**What this task involves**
Where the records below show a line containing "v31 (2.01,190,0)", start copying; end with the line containing "v35 (-187.99,0,0)", and copy it too.

□ □ □

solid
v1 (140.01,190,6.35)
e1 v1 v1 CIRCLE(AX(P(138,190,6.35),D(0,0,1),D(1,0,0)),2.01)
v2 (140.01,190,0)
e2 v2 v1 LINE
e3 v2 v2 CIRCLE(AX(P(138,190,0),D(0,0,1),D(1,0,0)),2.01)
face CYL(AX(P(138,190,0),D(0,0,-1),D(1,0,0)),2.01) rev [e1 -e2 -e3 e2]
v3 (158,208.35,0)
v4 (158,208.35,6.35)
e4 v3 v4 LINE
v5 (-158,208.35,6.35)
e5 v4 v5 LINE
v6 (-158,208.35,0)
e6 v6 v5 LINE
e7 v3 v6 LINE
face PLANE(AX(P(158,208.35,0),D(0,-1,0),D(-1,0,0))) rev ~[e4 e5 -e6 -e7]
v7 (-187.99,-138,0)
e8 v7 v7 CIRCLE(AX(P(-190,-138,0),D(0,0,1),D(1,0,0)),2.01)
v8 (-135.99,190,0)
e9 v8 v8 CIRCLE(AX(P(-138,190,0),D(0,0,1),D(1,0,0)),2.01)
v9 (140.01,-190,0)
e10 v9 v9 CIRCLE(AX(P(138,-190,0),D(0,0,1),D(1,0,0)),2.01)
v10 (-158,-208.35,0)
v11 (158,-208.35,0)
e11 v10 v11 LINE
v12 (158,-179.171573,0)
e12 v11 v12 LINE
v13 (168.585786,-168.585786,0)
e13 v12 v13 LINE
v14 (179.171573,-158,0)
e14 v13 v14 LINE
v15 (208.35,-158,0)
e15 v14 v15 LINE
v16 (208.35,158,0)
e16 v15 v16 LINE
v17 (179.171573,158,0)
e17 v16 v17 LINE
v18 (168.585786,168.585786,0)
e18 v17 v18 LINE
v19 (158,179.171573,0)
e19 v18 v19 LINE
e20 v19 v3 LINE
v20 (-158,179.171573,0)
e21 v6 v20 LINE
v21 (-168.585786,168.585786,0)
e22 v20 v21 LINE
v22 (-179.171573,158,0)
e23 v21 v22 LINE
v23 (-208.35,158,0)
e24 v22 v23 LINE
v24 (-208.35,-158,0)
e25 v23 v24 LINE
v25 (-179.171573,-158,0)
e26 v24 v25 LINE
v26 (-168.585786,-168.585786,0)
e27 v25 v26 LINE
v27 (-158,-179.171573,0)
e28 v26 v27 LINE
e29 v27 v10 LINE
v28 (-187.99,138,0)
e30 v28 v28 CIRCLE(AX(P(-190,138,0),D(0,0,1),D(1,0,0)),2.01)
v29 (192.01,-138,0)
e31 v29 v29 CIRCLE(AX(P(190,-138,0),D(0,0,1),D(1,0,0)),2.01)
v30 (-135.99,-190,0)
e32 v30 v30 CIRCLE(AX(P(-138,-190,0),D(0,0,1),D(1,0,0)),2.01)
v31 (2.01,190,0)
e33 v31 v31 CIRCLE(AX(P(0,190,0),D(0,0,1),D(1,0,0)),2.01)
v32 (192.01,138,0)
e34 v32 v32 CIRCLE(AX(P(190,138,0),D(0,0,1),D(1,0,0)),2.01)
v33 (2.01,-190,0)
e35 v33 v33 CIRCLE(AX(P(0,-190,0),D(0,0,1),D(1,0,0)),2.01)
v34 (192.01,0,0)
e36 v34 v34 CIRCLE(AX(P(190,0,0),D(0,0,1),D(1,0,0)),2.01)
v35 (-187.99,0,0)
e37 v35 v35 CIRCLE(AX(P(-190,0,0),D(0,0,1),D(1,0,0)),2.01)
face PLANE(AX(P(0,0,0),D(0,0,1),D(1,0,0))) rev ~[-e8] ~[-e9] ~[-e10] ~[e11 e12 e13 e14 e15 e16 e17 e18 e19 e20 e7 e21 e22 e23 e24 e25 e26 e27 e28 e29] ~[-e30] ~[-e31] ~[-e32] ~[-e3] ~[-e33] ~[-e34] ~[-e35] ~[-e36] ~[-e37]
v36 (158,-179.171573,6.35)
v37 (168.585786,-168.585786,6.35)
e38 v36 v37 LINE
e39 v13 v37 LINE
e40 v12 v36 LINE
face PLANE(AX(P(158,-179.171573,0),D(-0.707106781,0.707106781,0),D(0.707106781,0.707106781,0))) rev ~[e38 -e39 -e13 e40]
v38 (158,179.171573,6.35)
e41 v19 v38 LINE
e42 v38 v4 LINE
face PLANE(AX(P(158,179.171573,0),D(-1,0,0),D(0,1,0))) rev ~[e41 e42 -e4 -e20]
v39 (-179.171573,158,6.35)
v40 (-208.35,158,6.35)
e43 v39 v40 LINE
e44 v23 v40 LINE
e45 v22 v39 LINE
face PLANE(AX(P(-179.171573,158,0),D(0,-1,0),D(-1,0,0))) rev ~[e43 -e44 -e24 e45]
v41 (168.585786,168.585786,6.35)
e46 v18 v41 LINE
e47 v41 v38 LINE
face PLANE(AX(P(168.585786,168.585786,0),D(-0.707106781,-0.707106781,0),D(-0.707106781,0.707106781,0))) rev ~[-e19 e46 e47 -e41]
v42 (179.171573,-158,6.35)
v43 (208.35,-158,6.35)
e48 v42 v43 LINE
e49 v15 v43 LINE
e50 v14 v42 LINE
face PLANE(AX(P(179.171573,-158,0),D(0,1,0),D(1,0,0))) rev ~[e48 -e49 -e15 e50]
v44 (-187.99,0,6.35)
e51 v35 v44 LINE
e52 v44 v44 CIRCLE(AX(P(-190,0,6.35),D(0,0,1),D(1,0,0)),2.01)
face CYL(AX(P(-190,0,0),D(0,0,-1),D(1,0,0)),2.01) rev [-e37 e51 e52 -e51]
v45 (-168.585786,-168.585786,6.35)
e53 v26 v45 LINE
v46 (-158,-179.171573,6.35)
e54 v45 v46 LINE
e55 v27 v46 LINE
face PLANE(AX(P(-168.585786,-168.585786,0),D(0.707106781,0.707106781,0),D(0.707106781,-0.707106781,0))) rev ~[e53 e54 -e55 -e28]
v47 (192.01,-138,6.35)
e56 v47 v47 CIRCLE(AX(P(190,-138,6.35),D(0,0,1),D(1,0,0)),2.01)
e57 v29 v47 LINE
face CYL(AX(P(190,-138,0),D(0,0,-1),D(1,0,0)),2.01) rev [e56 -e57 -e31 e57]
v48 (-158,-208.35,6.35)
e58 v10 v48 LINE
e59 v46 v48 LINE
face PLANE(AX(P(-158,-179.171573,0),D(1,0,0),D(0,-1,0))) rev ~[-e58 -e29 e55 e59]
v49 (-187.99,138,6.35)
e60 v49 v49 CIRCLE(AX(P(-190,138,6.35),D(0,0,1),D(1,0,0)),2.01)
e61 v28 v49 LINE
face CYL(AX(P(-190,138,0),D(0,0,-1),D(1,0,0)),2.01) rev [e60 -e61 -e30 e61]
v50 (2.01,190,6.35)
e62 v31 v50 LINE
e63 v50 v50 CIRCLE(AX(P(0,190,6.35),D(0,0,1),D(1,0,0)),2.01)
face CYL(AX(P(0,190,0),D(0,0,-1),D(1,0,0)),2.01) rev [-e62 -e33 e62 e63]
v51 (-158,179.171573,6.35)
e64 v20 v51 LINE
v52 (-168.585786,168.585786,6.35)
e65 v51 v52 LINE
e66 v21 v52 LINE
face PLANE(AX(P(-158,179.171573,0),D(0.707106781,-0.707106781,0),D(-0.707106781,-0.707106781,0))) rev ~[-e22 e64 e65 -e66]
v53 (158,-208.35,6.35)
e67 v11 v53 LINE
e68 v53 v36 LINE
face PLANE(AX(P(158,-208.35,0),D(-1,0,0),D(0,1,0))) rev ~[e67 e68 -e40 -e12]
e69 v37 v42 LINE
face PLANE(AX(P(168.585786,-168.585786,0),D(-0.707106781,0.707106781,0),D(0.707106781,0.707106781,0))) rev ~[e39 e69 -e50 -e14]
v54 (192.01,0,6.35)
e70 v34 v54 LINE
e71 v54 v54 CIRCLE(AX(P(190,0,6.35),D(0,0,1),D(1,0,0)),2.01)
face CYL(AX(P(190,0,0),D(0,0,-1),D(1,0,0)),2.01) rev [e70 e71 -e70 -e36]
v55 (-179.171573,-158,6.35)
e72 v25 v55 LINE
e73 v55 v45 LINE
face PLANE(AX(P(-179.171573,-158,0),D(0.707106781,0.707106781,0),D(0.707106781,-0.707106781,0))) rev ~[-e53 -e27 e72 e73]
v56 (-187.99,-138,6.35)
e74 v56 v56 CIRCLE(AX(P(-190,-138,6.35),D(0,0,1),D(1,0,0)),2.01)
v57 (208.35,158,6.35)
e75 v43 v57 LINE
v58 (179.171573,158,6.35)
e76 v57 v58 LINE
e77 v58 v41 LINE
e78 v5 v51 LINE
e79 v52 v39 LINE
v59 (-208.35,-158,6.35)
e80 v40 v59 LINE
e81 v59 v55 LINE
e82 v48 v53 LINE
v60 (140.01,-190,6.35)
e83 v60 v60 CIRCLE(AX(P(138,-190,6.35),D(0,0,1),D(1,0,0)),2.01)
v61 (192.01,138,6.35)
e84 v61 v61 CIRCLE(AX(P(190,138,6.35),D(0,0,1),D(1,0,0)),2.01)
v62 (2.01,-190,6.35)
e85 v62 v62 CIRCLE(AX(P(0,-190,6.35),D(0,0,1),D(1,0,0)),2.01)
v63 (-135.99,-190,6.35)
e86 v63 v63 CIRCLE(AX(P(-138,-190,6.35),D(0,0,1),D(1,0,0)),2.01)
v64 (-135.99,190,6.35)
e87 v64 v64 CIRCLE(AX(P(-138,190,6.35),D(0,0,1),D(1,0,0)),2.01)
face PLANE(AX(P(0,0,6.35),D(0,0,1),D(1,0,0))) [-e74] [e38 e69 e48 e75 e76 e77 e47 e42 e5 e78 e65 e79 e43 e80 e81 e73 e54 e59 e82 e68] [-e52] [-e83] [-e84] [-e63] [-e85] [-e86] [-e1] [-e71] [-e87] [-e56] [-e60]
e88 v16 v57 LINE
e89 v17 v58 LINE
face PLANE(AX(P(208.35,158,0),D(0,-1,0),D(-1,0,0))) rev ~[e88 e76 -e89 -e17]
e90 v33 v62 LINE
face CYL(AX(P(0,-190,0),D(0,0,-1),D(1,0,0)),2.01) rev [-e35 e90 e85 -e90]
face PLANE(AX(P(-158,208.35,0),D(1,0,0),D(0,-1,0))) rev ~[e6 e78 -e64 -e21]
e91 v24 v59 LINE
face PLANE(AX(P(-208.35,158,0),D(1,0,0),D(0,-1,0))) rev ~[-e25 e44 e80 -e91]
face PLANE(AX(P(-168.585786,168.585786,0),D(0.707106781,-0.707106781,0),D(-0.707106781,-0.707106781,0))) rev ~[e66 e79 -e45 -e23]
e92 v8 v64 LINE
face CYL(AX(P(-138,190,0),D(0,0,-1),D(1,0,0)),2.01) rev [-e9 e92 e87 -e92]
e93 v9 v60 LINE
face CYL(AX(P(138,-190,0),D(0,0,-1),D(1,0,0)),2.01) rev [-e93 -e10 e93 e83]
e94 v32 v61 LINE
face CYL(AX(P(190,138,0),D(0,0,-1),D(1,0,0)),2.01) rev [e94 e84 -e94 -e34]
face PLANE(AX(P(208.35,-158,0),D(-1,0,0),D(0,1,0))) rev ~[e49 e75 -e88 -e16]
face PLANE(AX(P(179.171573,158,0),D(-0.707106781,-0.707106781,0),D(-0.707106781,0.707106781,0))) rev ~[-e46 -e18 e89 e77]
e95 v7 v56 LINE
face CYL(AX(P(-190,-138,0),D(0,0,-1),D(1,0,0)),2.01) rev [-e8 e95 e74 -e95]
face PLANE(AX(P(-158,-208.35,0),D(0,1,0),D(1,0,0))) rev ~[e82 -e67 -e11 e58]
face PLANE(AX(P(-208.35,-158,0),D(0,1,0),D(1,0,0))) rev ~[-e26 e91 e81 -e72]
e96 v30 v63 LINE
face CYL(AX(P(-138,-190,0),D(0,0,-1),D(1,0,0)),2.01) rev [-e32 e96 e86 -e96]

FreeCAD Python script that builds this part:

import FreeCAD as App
import Part
import Sketcher

V = App.Vector
Q = App.Units.Quantity


def add_polygon(sketch, points):
    """Adds a closed chain of lines whose ends are joined by coincident constraints."""
    first, n = sketch.GeometryCount, len(points)
    for a, b in zip(points, points[1:] + points[:1]):
        sketch.addGeometry(Part.LineSegment(App.Vector(*a, 0), App.Vector(*b, 0)), False)
    for i in range(n):
        sketch.addConstraint(Sketcher.Constraint("Coincident", first + i, 2, first + (i + 1) % n, 1))

doc = App.newDocument("Part")
body = doc.addObject("PartDesign::Body", "Body")

sketch1 = doc.addObject("Sketcher::SketchObject", "Sketch")
body.addObject(sketch1)
sketch1.AttachmentSupport = (doc.XY_Plane, [""])
sketch1.MapMode = "FlatFace"
add_polygon(sketch1, [(-158, 208.35), (-158, 179.171573), (-168.585786, 168.585786), (-179.171573, 158), (-208.35, 158), (-208.35, -158), (-179.171573, -158), (-168.585786, -168.585786), (-158, -179.171573), (-158, -208.35), (158, -208.35), (158, -179.171573), (168.585786, -168.585786), (179.171573, -158), (208.35, -158), (208.35, 158), (179.171573, 158), (168.585786, 168.585786), (158, 179.171573), (158, 208.35)])
sketch1.addGeometry(Part.Circle(V(-138, -190, 0), V(0, 0, 1), 2.01), False)
sketch1.addGeometry(Part.Circle(V(-190, -138, 0), V(0, 0, 1), 2.01), False)
sketch1.addGeometry(Part.Circle(V(0, -190, 0), V(0, 0, 1), 2.01), False)
sketch1.addGeometry(Part.Circle(V(-190, 0, 0), V(0, 0, 1), 2.01), False)
sketch1.addGeometry(Part.Circle(V(138, -190, 0), V(0, 0, 1), 2.01), False)
sketch1.addGeometry(Part.Circle(V(190, -138, 0), V(0, 0, 1), 2.01), False)
sketch1.addGeometry(Part.Circle(V(190, 0, 0), V(0, 0, 1), 2.01), False)
sketch1.addGeometry(Part.Circle(V(-190, 138, 0), V(0, 0, 1), 2.01), False)
sketch1.addGeometry(Part.Circle(V(-138, 190, 0), V(0, 0, 1), 2.01), False)
sketch1.addGeometry(Part.Circle(V(0, 190, 0), V(0, 0, 1), 2.01), False)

□ □ □

**Response below**
v31 (2.01,190,0)
e33 v31 v31 CIRCLE(AX(P(0,190,0),D(0,0,1),D(1,0,0)),2.01)
v32 (192.01,138,0)
e34 v32 v32 CIRCLE(AX(P(190,138,0),D(0,0,1),D(1,0,0)),2.01)
v33 (2.01,-190,0)
e35 v33 v33 CIRCLE(AX(P(0,-190,0),D(0,0,1),D(1,0,0)),2.01)
v34 (192.01,0,0)
e36 v34 v34 CIRCLE(AX(P(190,0,0),D(0,0,1),D(1,0,0)),2.01)
v35 (-187.99,0,0)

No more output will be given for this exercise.